When a pair is hooked to a wagon properly with a tongue, a neck yoke, double tree behind them and the chains on their farm harness - it was explained to me that they were supposed to be "suspended". The traces should never hang real slack and at the same time the breeching - via the quarter and pole straps should not be continuously tight. If it's adjusted that way - the chains aren't supposed to come loose - even when that team is backing up. Now, if you study my pictures in my various albums, you will see that they aren't always that way. Why? Well, like I said, I am still learning! I don't always get it right and I've found that small adjustments on one piece with farm harness means you must make adjustments somewhere else to BALANCE the harness or the hitch. It's the same with all harness - but when you drive multiples, it seems to multiply many times!

Part of the reason I went to the Spooker show in Glen Rose, TX last year was because I wanted some help from knowledgeable folk in <small horse> draft hitches. I didn't go to show and in fact, really not sure my wagon is appropriate for the show ring.... But I ended up going in a class (actually two) AFTER I got help from several folks and finally understood what I was doing wrong with my girls' harness at that time (I had them too tight in several areas). The pressure points on Bell were really causing her to "pass out" and fall over or to start to and then scramble. It was weird and when we loosened several straps - it ended and she was happy! The other reason was to see my two ponies show that were with Michelle at Majestic Farm Training Center. I was also able to combine that trip and visited my Dad w/ the ponies and the wagon - giving rides to my Dad and the other residents of William Courtney TX State Veterans' Home in Temple.

I don't really know about big horses, but I have got to learn/remember that when the horses are not working with a tongue between them, I need to tighten the quarter straps. Part of a "wreck" that I had the other day was when Cupid stamped his left hind at a BIG horsefly (at least he didn't start bucking/running like they do in the pasture) and slapped his leg thru the quarter strap. He'd continued his movement and was immediately off balance when his leg caught and he couldn't put it down.
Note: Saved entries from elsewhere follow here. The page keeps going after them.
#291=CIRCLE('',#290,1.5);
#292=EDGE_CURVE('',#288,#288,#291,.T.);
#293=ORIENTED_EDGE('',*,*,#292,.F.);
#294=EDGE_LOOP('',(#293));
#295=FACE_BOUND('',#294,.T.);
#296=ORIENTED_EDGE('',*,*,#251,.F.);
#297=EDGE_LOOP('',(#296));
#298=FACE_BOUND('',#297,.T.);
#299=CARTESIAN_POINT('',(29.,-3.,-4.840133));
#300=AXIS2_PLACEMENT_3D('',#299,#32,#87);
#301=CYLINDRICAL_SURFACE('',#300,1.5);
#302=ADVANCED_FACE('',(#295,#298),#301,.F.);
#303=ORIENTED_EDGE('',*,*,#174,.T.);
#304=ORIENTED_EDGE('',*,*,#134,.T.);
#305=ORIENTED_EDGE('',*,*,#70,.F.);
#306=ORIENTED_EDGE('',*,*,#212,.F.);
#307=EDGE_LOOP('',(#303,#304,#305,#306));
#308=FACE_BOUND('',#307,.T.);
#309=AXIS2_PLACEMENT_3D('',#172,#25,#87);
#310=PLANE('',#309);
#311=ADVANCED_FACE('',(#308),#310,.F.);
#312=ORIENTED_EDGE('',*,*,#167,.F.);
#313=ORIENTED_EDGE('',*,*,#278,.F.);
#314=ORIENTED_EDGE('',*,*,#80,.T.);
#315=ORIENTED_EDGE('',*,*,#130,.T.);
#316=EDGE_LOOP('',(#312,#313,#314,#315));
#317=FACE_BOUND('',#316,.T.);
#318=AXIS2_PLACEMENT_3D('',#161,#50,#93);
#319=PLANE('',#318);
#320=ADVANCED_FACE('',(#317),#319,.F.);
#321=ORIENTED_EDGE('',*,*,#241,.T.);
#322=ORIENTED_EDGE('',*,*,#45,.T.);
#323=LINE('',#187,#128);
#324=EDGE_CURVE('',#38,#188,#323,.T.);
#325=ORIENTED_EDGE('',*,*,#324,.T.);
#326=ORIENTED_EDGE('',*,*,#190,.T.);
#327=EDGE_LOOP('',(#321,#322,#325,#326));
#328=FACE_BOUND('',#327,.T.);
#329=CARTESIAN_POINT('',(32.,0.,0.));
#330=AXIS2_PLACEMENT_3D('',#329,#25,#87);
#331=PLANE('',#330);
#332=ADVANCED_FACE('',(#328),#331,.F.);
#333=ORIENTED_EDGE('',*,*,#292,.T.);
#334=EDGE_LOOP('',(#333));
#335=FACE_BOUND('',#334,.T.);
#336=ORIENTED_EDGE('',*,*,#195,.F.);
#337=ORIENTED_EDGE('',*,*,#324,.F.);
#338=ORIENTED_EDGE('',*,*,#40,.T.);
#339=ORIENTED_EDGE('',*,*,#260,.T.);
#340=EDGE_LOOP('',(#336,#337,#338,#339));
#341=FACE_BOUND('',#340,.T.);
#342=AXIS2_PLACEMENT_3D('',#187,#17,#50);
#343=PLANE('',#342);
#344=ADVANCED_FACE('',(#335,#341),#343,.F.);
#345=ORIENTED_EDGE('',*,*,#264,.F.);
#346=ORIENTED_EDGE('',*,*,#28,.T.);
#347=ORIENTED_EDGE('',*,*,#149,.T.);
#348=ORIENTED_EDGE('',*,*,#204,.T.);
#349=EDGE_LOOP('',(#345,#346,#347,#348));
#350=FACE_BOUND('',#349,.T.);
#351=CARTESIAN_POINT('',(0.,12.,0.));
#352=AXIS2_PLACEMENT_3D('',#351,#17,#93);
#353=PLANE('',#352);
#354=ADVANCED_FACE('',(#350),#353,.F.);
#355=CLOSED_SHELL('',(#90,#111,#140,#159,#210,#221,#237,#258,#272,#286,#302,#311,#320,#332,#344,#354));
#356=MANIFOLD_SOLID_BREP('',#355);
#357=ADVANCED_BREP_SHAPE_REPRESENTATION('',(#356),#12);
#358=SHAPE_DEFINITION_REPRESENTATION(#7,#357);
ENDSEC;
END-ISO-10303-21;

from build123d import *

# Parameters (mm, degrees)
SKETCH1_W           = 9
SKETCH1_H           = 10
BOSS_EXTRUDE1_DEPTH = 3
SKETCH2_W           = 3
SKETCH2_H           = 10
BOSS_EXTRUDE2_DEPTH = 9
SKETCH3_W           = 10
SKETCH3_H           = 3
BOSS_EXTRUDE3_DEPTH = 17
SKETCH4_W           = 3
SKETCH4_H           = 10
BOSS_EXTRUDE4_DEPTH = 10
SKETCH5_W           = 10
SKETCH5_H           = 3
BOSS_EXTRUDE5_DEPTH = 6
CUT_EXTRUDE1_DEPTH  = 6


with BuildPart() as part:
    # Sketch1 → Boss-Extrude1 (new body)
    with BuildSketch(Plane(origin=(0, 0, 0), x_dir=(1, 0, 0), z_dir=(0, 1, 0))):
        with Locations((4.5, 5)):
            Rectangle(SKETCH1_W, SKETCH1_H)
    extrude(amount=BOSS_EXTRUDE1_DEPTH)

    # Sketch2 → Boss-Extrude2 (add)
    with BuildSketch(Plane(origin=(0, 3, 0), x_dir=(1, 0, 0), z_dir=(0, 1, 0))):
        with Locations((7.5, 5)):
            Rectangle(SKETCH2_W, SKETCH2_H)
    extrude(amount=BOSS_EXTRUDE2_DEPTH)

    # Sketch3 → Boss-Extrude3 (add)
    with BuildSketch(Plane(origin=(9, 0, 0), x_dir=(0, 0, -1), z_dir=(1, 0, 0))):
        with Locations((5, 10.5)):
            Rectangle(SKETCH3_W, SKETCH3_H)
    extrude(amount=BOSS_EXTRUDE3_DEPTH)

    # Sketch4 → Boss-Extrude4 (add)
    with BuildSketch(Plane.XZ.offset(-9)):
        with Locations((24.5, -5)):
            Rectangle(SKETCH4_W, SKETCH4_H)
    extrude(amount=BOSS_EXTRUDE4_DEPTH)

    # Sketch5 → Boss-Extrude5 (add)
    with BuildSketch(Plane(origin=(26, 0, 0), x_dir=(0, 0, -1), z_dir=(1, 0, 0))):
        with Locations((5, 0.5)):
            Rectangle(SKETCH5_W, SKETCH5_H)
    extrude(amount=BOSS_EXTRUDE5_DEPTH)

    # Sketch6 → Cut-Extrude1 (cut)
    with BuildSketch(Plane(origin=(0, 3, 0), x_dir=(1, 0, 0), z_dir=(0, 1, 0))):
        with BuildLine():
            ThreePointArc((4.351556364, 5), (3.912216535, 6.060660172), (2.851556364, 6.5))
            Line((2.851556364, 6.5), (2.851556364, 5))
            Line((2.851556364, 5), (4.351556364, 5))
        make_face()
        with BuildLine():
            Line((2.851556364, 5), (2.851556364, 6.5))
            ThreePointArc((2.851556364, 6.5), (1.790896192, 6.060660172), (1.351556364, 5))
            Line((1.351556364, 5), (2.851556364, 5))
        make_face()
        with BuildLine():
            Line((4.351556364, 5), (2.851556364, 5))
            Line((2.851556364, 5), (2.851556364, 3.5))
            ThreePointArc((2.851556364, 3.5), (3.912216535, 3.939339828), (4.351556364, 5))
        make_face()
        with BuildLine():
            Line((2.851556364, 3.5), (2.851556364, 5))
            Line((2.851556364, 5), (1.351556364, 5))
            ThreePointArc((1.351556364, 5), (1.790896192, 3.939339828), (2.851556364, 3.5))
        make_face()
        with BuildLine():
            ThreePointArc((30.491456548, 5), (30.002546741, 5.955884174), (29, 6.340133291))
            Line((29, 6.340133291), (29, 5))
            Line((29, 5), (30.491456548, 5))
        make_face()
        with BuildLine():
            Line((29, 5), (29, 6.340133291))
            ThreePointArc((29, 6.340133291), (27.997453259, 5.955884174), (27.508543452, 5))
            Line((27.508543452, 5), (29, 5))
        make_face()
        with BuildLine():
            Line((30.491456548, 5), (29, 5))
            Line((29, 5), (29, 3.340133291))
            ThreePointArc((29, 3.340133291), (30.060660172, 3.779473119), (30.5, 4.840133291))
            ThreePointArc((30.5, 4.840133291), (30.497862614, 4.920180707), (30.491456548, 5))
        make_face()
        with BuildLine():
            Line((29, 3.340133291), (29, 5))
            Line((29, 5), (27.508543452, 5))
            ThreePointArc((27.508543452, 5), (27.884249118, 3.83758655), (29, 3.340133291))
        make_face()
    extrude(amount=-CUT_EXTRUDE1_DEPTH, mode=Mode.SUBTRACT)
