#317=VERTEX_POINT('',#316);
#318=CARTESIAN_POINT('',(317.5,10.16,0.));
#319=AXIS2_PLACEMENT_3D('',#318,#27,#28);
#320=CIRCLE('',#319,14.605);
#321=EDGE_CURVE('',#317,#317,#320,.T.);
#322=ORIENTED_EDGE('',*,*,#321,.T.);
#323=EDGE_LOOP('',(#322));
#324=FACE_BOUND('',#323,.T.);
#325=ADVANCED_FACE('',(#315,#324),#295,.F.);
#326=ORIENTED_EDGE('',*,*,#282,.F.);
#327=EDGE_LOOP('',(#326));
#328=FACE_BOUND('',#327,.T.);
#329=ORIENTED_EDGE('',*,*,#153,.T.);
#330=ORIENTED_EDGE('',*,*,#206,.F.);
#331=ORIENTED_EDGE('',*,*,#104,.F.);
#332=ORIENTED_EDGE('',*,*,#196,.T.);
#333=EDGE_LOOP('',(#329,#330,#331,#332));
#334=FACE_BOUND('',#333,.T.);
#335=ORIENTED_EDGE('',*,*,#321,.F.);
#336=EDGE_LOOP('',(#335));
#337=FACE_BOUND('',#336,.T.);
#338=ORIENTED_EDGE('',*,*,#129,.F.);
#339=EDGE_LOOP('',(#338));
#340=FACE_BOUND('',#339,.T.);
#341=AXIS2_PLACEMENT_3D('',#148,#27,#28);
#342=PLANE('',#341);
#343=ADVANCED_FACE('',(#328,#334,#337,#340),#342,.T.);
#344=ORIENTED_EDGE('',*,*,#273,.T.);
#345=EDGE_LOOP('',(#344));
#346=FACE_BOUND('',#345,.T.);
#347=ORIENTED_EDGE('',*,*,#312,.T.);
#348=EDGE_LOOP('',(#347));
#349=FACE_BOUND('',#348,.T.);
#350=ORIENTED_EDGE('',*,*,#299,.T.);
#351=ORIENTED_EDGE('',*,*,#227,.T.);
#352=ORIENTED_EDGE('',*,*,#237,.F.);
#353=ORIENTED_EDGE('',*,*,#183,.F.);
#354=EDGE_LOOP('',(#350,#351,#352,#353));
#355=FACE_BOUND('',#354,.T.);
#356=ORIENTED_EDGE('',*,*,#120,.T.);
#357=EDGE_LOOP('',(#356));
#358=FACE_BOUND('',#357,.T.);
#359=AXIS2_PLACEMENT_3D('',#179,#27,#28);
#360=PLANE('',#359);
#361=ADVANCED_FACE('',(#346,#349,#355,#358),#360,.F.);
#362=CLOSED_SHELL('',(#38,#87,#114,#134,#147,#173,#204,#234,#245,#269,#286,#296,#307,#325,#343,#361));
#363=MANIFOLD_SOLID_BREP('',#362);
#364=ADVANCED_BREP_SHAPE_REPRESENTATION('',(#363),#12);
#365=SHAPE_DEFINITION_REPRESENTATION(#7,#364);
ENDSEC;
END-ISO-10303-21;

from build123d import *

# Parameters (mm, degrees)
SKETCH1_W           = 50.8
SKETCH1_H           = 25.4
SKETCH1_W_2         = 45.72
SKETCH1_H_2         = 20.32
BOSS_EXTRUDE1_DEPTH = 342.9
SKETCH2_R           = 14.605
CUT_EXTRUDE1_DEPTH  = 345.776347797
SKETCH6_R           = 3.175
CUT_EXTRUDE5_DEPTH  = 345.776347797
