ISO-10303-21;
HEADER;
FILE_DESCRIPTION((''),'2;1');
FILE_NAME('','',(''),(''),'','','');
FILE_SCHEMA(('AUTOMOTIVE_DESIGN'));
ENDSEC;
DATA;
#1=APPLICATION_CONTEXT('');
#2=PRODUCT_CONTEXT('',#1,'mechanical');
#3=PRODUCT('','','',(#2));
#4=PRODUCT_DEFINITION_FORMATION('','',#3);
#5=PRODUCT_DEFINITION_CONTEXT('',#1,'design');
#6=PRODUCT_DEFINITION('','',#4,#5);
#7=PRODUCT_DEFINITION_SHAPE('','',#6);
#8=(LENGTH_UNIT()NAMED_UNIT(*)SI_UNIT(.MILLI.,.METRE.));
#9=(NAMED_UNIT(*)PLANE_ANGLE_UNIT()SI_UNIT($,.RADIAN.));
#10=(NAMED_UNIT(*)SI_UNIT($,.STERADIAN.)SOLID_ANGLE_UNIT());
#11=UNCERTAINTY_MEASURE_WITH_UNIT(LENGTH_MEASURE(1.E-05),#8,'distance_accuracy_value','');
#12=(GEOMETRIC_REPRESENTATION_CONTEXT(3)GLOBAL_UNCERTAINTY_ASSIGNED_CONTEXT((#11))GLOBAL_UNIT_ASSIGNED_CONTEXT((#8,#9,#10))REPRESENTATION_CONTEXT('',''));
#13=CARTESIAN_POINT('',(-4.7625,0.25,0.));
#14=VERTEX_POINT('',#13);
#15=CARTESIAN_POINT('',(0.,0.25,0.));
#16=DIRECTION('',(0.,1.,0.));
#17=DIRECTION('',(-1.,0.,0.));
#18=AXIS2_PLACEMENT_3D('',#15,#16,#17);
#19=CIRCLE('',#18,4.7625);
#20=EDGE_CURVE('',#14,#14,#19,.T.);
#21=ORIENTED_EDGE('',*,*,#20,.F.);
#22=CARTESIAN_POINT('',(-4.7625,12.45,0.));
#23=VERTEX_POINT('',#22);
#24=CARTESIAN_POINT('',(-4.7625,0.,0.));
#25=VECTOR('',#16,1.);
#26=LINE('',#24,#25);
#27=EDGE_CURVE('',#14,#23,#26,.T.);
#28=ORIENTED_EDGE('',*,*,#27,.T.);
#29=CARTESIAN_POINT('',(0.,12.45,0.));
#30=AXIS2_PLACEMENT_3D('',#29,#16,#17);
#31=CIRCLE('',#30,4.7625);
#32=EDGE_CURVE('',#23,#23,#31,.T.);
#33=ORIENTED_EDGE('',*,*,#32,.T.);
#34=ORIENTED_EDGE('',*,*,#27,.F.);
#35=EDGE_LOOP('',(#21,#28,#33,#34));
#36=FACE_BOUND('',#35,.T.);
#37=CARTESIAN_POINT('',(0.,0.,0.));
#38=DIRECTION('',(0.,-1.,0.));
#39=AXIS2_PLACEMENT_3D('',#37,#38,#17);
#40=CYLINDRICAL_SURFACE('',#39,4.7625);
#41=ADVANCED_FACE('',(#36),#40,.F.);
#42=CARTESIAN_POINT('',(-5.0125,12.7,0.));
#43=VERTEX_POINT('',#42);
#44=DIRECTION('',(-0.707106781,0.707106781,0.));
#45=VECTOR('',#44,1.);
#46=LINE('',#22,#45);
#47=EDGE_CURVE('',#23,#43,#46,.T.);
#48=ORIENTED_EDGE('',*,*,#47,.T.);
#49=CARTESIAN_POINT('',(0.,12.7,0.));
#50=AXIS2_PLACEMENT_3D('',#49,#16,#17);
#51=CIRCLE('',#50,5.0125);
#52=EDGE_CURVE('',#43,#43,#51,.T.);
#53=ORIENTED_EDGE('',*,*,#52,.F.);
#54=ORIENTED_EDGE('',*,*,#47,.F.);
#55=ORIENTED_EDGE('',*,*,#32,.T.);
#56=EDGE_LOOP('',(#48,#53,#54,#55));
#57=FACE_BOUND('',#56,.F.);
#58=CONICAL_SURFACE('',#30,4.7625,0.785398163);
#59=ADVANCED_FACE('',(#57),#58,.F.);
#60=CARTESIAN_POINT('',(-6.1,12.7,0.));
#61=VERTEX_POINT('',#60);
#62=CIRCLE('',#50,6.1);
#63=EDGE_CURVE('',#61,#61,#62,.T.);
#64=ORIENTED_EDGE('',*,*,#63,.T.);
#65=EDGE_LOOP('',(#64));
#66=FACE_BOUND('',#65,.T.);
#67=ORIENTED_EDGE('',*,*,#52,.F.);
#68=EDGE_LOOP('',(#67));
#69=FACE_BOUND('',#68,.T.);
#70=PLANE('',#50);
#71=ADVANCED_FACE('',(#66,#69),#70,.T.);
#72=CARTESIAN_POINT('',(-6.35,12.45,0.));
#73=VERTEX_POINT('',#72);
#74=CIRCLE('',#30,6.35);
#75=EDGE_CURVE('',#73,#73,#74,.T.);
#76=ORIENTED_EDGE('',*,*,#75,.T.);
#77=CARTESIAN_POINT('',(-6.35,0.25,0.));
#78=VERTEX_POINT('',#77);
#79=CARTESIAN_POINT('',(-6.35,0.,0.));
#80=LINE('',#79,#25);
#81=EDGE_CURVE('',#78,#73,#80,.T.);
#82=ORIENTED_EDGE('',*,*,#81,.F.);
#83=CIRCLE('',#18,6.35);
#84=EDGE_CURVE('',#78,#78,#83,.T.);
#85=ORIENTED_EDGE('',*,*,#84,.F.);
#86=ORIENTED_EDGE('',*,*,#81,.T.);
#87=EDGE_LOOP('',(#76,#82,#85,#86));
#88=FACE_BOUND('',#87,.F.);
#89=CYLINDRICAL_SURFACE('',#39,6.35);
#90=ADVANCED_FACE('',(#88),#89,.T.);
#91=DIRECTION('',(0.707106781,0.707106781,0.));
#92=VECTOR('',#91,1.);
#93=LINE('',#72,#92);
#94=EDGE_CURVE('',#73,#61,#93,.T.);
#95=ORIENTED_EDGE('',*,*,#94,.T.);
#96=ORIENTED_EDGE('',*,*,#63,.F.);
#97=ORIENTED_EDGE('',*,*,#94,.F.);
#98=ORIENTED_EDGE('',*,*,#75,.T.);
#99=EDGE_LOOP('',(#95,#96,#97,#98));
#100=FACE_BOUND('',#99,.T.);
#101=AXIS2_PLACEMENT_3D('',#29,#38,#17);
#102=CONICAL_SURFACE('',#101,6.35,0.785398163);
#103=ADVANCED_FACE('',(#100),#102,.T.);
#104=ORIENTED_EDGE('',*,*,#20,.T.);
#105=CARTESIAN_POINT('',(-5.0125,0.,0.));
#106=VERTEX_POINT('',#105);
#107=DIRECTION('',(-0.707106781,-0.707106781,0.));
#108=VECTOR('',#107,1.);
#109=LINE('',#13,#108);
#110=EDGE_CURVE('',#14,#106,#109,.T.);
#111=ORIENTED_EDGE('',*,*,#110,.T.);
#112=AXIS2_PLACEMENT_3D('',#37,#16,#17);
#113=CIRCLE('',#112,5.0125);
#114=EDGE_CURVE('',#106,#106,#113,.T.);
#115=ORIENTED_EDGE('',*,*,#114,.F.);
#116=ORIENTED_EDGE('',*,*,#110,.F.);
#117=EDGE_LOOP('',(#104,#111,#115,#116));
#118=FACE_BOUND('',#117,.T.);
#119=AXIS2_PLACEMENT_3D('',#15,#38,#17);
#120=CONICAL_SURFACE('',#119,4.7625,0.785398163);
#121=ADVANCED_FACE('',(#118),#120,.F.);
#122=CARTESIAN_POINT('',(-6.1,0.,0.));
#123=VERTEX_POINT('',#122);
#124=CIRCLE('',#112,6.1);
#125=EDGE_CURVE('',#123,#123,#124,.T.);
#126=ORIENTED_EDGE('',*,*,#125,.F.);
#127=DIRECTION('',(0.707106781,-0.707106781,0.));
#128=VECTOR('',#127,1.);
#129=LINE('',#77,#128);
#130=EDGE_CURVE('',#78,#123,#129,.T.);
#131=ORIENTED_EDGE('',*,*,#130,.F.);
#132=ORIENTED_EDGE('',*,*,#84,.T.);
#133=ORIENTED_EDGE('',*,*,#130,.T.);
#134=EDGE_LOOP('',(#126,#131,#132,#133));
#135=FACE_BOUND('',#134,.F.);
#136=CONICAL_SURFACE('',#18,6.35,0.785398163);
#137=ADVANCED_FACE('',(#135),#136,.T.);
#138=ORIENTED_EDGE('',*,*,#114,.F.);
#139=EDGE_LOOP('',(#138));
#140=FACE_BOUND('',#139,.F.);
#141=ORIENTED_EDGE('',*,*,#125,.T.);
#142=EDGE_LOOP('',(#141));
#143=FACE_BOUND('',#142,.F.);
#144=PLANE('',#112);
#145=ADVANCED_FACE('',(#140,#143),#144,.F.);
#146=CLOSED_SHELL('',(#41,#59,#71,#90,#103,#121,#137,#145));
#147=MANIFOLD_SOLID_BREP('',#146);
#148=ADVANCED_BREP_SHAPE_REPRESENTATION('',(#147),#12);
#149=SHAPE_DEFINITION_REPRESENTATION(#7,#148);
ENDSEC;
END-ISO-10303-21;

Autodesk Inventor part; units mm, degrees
ref_plane "YZ Plane" through (0, 0, 0) normal (1, 0, 0) x (0, 1, 0)
ref_plane "XZ Plane" through (0, 0, 0) normal (0, 1, 0) x (-1, 0, 0)
ref_plane "XY Plane" through (0, 0, 0) normal (0, 0, 1) x (1, 0, 0)
sketch "Sketch1" plane through (0, 0, 0) normal (0, 1, 0) x (-1, 0, 0)
  circle A0 centre (0, 0) radius 6.35
  circle A1 centre (0, 0) radius 4.7625
  dimension "d0" = 12.7
  dimension "d1" = 9.525
extrude "Extrusion1" add sketch "Sketch1" along normal blind 12.7
chamfer "Chamfer1" distance 0.25 angle 45 4 edges at (6.35, 0, 0) (4.7625, 0, 0) (6.35, 12.7, 0) (4.7625, 12.7, 0)
properties part number "Brass Bushing" material "Brass, Soft Yellow"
He got it down and pulled the harness sideways, picked it up but was off balance and went partially down - skewing both him and Iggy sideways from the rear... Happened fast - and suddenly with struggling and throwing his head - Cupid was upside down basically under Iggy and for a second it turned ugly as Ig's head was yanked sideways by the bit -the opposite way - causing him to turn AWAY from Cupid and his hind quarters were straddling Cupids belly ... I have no idea how I stayed calm or even how nothing broke or they didn't kill each other! They were then pulling in opposite directions and I had to almost sit on Iggy to get harness parts loose enough to get them apart and untangled - because now Cupid had not one but two of his legs thru Iggy's harness in different spots and getting them loose was next to impossible. I was so ANGRY (think I skipped right past SCARED or WORRIED) and yes, when I got them apart and they stood QUIETLY (for the first time in some 40 minutes) side by side (sweating, both bleeding at the mouth and shaking) - if I'd been a smoker I'd probably have had several! I hooked their "cheater ties" back up, reran the lines and ground drove them for a while once we'd all gotten calmed down - AMAZING - they were both great!! Later, after I'd washed them and put them away, I was quite thankful for the Pina Colada my hubby handed me (before I went back out to do chores, LOL).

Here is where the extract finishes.